N° Portalis DBV5-V-B7G-GQ2Y

Association GPA

C/

[U]

RÉPUBLIQUE FRANÇAISE

AU NOM DU PEUPLE FRANÇAIS

COUR D'APPEL DE POITIERS

Chambre sociale

ARRÊT DU 13 FÉVRIER 2025

Décision déférée à la Cour : Jugement du 05 avril 2022 rendu par le conseil de prud'hommes de NIORT

APPELANTE :

ASSOCIATION GROUPE PLURI-ASSOCIATIF (GPA)

N° SIRET : 508 295 755

[Adresse 1]

[Localité 3]

Ayant pour avocat postulant Me Jérôme CLERC de la SELARL LX POITIERS-ORLÉANS, avocat au barreau de POITIERS

Ayant pour avocat plaidant Me Christophe PARIER de la SELARL CHP AVOCAT, avocat au barreau de BERGERAC-SARLAT

INTIMÉ :

Monsieur [Z] [U]

Né le 08 mars 1960 à [Localité 6] (MAROC)

[Adresse 2]

[Localité 3]

Ayant pour avocat Me Ségolène BARDET, avocat au barreau des DEUX-SÈVRES

COMPOSITION DE LA COUR :

L'affaire a été débattue le 27 novembre 2024, en audience publique, devant la Cour composée de :

Madame Françoise CARRACHA, Présidente

Madame Ghislaine BALZANO, Conseillère

Monsieur Nicolas DUCHÂTEL, Conseiller qui a présenté son rapport

qui en ont délibéré

GREFFIER, lors des débats : Madame Patricia RIVIÈRE

ARRÊT :

- CONTRADICTOIRE

- Prononcé publiquement par mise à disposition au greffe de la cour, les parties ayant été préalablement avisées dans les conditions prévues au deuxième alinéa de l'article 450 du code de procédure civile,

- Signé par Madame Françoise CARRACHA, présidente, et par Madame Patricia RIVIÈRE, greffier auquel la minute de la décision a été remise par le magistrat signataire.

EXPOSÉ DU LITIGE :

M. [Z] [U] a été recruté par contrat de travail à durée indéterminée à compter du 3 février 2014 par l'association 'La Salamandre' qui gérait une maison d'enfants à caractère social (MECS).

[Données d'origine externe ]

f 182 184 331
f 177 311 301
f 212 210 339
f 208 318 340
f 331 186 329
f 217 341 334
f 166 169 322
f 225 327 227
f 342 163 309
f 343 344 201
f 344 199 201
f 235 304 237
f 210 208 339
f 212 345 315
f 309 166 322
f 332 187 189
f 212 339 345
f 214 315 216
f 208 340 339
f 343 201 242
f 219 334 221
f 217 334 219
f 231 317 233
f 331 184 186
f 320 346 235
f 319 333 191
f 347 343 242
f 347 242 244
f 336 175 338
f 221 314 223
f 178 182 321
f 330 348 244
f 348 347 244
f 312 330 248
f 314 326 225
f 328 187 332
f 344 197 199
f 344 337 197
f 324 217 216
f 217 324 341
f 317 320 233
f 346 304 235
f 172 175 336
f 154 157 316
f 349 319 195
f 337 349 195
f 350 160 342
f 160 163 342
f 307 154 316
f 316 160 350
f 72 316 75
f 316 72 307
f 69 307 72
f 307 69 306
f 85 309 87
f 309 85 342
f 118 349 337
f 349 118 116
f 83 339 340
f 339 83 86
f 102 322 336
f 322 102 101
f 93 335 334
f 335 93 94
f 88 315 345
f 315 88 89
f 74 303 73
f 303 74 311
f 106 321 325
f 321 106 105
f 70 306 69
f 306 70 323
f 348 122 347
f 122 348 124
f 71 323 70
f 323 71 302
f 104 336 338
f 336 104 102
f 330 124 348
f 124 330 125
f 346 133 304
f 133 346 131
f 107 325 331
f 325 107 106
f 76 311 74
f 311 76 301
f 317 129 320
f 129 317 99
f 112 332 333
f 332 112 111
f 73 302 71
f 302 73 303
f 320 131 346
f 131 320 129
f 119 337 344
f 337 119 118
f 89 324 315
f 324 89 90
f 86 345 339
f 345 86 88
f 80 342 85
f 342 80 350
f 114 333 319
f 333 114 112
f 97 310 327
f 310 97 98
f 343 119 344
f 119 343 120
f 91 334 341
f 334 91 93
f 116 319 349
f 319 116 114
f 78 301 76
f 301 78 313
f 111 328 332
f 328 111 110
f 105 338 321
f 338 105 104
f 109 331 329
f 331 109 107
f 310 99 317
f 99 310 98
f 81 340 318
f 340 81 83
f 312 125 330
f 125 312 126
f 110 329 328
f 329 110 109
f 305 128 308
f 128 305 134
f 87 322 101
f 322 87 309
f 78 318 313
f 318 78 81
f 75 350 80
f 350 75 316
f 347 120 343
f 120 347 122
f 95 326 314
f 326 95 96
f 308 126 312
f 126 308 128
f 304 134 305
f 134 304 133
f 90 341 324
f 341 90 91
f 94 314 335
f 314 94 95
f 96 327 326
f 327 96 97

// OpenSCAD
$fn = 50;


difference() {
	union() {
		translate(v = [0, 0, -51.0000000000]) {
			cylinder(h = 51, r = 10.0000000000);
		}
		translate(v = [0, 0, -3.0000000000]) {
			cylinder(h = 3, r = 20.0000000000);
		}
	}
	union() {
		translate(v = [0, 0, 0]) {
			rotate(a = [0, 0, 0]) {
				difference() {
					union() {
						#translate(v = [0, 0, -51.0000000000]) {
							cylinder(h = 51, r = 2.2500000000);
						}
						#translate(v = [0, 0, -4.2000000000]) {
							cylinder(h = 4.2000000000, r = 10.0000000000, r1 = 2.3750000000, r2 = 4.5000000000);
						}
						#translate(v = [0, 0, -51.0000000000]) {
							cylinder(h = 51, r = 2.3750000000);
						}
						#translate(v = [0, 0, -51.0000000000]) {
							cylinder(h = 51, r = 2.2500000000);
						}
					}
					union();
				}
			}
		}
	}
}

Un contrat de travail à durée indéterminée avec effet au 1er janvier 2017 a par la suite été conclu entre M. [U] et l'association Groupe Pluri-Associatif (GPA) sur un poste de directeur des MECS gérées par l'association, avec reprise de son ancienneté au sein de l'association 'La Salamandre', une rémunération mensuelle brute de 5 057,07 euros et une durée hebdomadaire de travail de 35 heures.

M. [U] a été soumis à une convention de forfait jour sur la base d'un nombre de jours de travail effectif de 184 jours par an, selon avenant daté du 1er janvier 2017, prévoyant également qu'il assurera la direction des deux établissements 'la Salamandre' et 'la Grand'Ouche'.

Un avenant n°2 a été signé le 1er janvier 2018 ajoutant à ses missions la coordination de territoire (Centre/Nord Charentes et Sud Deux Sèvres), le salarié conservant la direction de la seule MECS de 'La Grand'Ouche'.

Lors de la commission permanente de l'association du 25 juin 2019, Mme [S], DRH, a recensé plusieurs événements qualifiés de graves, mettant en cause M. [U], susceptibles notamment d'engager la responsabilité pénale de l'employeur et de mettre en danger les salariés et les enfants.

M. [U] a été mis à pied à titre conservatoire le 27 juin 2019 par lettre remise en main propre contre décharge.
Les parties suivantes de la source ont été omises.